Curriculum in Bioinformatics and Computational Biology, University of North Carolina at Chapel Hill, Chapel Hill, NC 27599, USA.
Department of Pharmacology, University of North Carolina at Chapel Hill, Chapel Hill, NC 27599, USA.
Sci Signal. 2021 Feb 16;14(670):eabb5235. doi: 10.1126/scisignal.abb5235.
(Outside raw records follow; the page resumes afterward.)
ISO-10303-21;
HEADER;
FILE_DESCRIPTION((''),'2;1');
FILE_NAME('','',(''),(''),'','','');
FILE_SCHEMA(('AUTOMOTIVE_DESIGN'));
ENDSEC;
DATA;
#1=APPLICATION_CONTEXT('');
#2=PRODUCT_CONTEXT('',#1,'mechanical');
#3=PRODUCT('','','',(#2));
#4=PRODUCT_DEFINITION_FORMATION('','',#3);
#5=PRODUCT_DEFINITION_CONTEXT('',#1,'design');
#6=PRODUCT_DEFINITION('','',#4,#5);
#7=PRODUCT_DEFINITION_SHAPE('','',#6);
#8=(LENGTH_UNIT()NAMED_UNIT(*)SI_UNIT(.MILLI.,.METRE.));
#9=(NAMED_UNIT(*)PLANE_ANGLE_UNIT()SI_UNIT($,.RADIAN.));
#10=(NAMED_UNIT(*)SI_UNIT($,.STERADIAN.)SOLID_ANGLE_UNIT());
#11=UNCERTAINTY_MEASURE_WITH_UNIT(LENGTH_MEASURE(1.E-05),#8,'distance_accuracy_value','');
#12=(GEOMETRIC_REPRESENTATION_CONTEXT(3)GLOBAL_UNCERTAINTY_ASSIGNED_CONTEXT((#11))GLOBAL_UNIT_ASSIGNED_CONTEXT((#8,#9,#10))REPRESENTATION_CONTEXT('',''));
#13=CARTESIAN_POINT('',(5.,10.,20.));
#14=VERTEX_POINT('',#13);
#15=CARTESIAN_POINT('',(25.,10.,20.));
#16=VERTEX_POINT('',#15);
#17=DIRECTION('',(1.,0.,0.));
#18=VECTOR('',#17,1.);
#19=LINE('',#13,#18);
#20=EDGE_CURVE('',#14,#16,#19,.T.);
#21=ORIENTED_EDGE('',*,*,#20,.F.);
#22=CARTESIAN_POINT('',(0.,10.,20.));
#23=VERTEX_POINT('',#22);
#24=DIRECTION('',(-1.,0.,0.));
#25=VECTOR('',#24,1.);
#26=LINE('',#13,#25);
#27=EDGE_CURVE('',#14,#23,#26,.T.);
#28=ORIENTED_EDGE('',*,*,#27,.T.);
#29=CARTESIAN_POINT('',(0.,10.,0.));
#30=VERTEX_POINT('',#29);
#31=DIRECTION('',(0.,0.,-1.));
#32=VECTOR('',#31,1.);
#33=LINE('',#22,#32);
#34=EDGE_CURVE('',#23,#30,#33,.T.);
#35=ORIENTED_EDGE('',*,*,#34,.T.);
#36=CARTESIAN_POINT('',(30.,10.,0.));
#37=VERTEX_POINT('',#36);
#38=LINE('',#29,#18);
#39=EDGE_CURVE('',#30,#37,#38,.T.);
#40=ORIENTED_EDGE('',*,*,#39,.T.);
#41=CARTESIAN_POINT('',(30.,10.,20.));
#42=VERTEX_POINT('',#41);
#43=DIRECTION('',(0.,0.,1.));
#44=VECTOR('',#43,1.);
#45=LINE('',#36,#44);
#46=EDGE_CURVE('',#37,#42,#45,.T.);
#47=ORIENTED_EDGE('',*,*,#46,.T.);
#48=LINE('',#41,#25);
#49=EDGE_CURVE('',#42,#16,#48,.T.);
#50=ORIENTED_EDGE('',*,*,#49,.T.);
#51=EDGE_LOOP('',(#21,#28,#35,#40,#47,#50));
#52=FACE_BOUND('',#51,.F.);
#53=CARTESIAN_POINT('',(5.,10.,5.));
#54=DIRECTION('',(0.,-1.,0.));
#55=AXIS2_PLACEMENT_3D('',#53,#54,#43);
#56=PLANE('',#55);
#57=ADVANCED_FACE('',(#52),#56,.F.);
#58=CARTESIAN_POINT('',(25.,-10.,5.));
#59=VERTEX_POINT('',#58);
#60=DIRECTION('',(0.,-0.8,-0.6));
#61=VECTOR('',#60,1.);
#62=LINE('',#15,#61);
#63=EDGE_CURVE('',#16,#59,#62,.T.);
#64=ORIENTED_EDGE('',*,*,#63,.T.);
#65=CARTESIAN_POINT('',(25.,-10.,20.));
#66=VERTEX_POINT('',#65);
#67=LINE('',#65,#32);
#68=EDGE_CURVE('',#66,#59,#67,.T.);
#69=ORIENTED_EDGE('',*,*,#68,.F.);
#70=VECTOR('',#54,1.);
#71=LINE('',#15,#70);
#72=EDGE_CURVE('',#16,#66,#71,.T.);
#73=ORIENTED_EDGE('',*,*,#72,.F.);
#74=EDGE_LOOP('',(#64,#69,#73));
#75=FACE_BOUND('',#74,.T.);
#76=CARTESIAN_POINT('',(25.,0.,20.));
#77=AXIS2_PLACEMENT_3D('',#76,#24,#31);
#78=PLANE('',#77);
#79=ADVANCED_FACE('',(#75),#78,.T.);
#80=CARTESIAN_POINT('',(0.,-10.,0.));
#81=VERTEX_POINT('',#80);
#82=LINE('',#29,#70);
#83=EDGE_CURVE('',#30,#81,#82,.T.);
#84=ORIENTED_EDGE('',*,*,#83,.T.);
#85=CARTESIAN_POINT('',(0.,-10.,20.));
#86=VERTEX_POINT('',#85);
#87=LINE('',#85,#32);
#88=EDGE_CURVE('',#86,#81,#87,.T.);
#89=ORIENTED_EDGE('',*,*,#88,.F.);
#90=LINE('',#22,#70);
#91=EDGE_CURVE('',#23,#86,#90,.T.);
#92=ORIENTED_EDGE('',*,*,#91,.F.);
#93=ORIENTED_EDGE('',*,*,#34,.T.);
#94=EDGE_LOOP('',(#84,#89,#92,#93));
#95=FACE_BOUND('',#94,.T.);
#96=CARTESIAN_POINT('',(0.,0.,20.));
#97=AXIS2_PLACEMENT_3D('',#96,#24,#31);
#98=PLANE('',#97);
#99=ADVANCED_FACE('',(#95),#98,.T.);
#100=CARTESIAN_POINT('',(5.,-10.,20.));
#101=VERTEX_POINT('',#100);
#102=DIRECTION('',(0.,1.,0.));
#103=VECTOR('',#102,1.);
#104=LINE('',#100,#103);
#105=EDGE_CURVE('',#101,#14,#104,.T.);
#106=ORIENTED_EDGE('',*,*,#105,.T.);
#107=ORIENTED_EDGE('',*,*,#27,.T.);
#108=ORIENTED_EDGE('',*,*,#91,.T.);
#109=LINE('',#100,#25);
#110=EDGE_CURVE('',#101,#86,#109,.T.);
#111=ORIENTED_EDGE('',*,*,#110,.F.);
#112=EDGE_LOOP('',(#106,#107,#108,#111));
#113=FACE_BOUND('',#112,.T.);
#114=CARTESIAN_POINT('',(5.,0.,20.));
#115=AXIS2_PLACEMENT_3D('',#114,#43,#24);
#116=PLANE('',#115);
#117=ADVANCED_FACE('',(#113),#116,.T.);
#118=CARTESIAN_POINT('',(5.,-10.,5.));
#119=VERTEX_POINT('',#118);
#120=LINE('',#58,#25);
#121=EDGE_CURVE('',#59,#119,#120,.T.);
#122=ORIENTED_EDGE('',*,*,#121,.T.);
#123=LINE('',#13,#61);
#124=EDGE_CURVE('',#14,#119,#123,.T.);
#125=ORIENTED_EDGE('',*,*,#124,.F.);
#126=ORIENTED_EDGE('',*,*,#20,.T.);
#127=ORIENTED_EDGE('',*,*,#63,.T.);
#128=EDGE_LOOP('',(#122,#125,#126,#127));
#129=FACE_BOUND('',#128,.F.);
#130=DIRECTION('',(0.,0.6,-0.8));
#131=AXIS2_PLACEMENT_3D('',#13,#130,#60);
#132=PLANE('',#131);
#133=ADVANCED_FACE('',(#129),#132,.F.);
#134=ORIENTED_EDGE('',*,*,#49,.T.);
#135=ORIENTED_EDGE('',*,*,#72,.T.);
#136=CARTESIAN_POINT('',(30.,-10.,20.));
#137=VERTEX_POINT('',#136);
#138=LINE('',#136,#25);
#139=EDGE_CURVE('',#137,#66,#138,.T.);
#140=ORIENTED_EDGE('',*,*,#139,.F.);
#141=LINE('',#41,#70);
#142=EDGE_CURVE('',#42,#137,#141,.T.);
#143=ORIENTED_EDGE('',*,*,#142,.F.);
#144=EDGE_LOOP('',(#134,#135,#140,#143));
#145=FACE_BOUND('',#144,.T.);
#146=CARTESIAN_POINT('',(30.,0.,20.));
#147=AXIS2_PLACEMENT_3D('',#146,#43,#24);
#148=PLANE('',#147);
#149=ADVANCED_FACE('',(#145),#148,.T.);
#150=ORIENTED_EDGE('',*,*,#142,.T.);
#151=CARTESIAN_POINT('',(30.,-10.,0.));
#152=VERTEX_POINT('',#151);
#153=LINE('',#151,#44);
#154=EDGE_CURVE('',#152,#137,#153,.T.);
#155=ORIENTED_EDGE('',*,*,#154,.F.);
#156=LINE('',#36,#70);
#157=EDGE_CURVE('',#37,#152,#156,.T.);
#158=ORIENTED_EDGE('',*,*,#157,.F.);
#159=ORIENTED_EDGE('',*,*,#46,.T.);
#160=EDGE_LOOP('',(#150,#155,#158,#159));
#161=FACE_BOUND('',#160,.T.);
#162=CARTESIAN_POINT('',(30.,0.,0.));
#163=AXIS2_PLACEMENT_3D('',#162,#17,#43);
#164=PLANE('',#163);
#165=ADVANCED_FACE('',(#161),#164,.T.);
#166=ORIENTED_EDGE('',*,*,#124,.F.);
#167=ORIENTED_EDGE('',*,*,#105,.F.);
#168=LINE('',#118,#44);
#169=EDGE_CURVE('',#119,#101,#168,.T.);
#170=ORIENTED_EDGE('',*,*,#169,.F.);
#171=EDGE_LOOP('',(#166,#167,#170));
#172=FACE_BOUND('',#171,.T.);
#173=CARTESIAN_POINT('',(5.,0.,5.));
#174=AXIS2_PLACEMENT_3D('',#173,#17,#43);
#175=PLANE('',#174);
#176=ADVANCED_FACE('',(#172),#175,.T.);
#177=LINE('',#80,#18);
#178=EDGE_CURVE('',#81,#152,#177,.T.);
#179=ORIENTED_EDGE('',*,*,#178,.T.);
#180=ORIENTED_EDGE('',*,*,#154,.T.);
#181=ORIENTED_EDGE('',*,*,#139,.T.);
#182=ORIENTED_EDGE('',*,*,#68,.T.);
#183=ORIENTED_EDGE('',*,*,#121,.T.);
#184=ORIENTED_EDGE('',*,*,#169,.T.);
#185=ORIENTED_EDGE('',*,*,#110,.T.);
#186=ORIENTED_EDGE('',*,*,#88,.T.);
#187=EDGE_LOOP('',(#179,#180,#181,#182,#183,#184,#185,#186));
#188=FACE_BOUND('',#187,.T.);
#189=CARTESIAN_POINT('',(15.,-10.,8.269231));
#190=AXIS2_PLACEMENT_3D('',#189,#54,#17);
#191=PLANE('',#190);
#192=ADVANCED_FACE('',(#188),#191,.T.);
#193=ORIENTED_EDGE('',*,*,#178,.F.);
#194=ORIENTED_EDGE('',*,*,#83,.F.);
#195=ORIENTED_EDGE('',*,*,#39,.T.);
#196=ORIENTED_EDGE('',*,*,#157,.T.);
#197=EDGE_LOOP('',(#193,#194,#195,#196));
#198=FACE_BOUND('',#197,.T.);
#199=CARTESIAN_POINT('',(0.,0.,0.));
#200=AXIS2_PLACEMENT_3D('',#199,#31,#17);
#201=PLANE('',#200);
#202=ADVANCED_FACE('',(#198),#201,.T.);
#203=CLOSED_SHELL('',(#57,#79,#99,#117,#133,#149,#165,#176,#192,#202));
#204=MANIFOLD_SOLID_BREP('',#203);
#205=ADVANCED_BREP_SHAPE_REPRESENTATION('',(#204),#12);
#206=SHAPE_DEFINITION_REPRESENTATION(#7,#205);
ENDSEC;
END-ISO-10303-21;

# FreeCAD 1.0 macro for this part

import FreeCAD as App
import Part
import Sketcher
Q = App.Units.Quantity


def add_polygon(sketch, points):
    """Adds a closed chain of lines whose ends are joined by coincident constraints."""
    first, n = sketch.GeometryCount, len(points)
    for a, b in zip(points, points[1:] + points[:1]):
        sketch.addGeometry(Part.LineSegment(App.Vector(*a, 0), App.Vector(*b, 0)), False)
    for i in range(n):
        sketch.addConstraint(Sketcher.Constraint("Coincident", first + i, 2, first + (i + 1) % n, 1))

doc = App.newDocument("Part")
body = doc.addObject("PartDesign::Body", "Body")

sketch1 = doc.addObject("Sketcher::SketchObject", "Sketch")
body.addObject(sketch1)
sketch1.AttachmentSupport = (doc.XZ_Plane, [""])
sketch1.MapMode = "FlatFace"
add_polygon(sketch1, [(5, 20), (0, 20), (0, 0), (30, 0), (30, 20), (25, 20), (25, 5), (5, 5)])
sketch1.addConstraint([
    Sketcher.Constraint("Horizontal", 0),
    Sketcher.Constraint("Vertical", 1),
    Sketcher.Constraint("Horizontal", 2),
    Sketcher.Constraint("Vertical", 3),
    Sketcher.Constraint("Horizontal", 4),
    Sketcher.Constraint("Vertical", 5),
    Sketcher.Constraint("Horizontal", 6),
    Sketcher.Constraint("Vertical", 7),
    Sketcher.Constraint("Coincident", 1, 2, -1, 1),
    Sketcher.Constraint("Horizontal", 0, 2, 3, 2),
    Sketcher.Constraint("Equal", 0, 4),
    Sketcher.Constraint("Equal", 6, 1),
    Sketcher.Constraint("DistanceX", 0, 2, 0, 1, Q("5 mm")),
    Sketcher.Constraint("DistanceX", 2, 1, 2, 2, Q("30 mm")),
    Sketcher.Constraint("DistanceY", 5, 2, 5, 1, Q("15 mm")),
])
pad1 = doc.addObject("PartDesign::Pad", "Pad")
body.addObject(pad1)
pad1.Profile = sketch1
pad1.Length = 20
pad1.Midplane = True

sketch2 = doc.addObject("Sketcher::SketchObject", "Sketch001")
body.addObject(sketch2)
sketch2.AttachmentSupport = (doc.YZ_Plane, [""])
sketch2.MapMode = "FlatFace"
sketch2.AttachmentOffset = App.Placement(App.Vector(0, 0, 5), App.Rotation())
add_polygon(sketch2, [(10, 5), (10, 20), (-10, 5)])
sketch2.addConstraint([
    Sketcher.Constraint("Vertical", 0),
    Sketcher.Constraint("Horizontal", 2),
    Sketcher.Constraint("DistanceX", 2, 1, 2, 2, Q("20 mm")),
    Sketcher.Constraint("DistanceY", 0, 1, 0, 2, Q("15 mm")),
    Sketcher.Constraint("DistanceX", -1, 1, 0, 2, Q("10 mm")),
    Sketcher.Constraint("DistanceY", -1, 1, 0, 2, Q("20 mm")),
])
pad2 = doc.addObject("PartDesign::Pad", "Pad001")
body.addObject(pad2)
pad2.Profile = sketch2
pad2.Type = "UpToLast"

doc.recompute()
Cells use signaling pathways to receive and process information about their environment. These nonlinear systems rely on feedback and feedforward regulation to respond appropriately to changing environmental conditions. Mathematical models describing signaling pathways often lack predictive power because they are not trained on data that encompass the diverse time scales on which these regulatory mechanisms operate. We addressed this limitation by measuring transcriptional changes induced by the mating response in exposed to different dynamic patterns of pheromone. We found that pheromone-induced transcription persisted after pheromone removal and showed long-term adaptation upon sustained pheromone exposure. We developed a model of the regulatory network that captured both characteristics of the mating response. We fit this model to experimental data with an evolutionary algorithm and used the parameterized model to predict scenarios for which it was not trained, including different temporal stimulus profiles and genetic perturbations to pathway components. Our model allowed us to establish the role of four architectural elements of the network in regulating gene expression. These network motifs are incoherent feedforward, positive feedback, negative feedback, and repressor binding. Experimental and computational perturbations to these network motifs established a specific role for each in coordinating the mating response to persistent and dynamic stimulation.
细胞利用信号通路来接收和处理有关其环境的信息。这些非线性系统依赖于反馈和前馈调节,以适应不断变化的环境条件。描述信号通路的数学模型通常缺乏预测能力,因为它们不是在包含这些调节机制作用的不同时间尺度的数据上进行训练的。我们通过测量暴露于不同的信息素动态模式下的交配反应所诱导的转录变化来解决这一限制。我们发现,信息素诱导的转录在去除信息素后仍然存在,并在持续暴露于信息素时表现出长期适应。我们开发了一个调控网络的模型,该模型捕获了交配反应的两个特征。我们用进化算法拟合这个模型到实验数据,并使用参数化的模型来预测没有经过训练的情况,包括不同的时间刺激模式和对途径成分的遗传干扰。我们的模型使我们能够确定网络中四个结构元素在调节基因表达中的作用。这些网络基元是不相干的前馈、正反馈、负反馈和阻遏物结合。对这些网络基元的实验和计算干扰确定了它们在协调对持久和动态刺激的交配反应中的特定作用。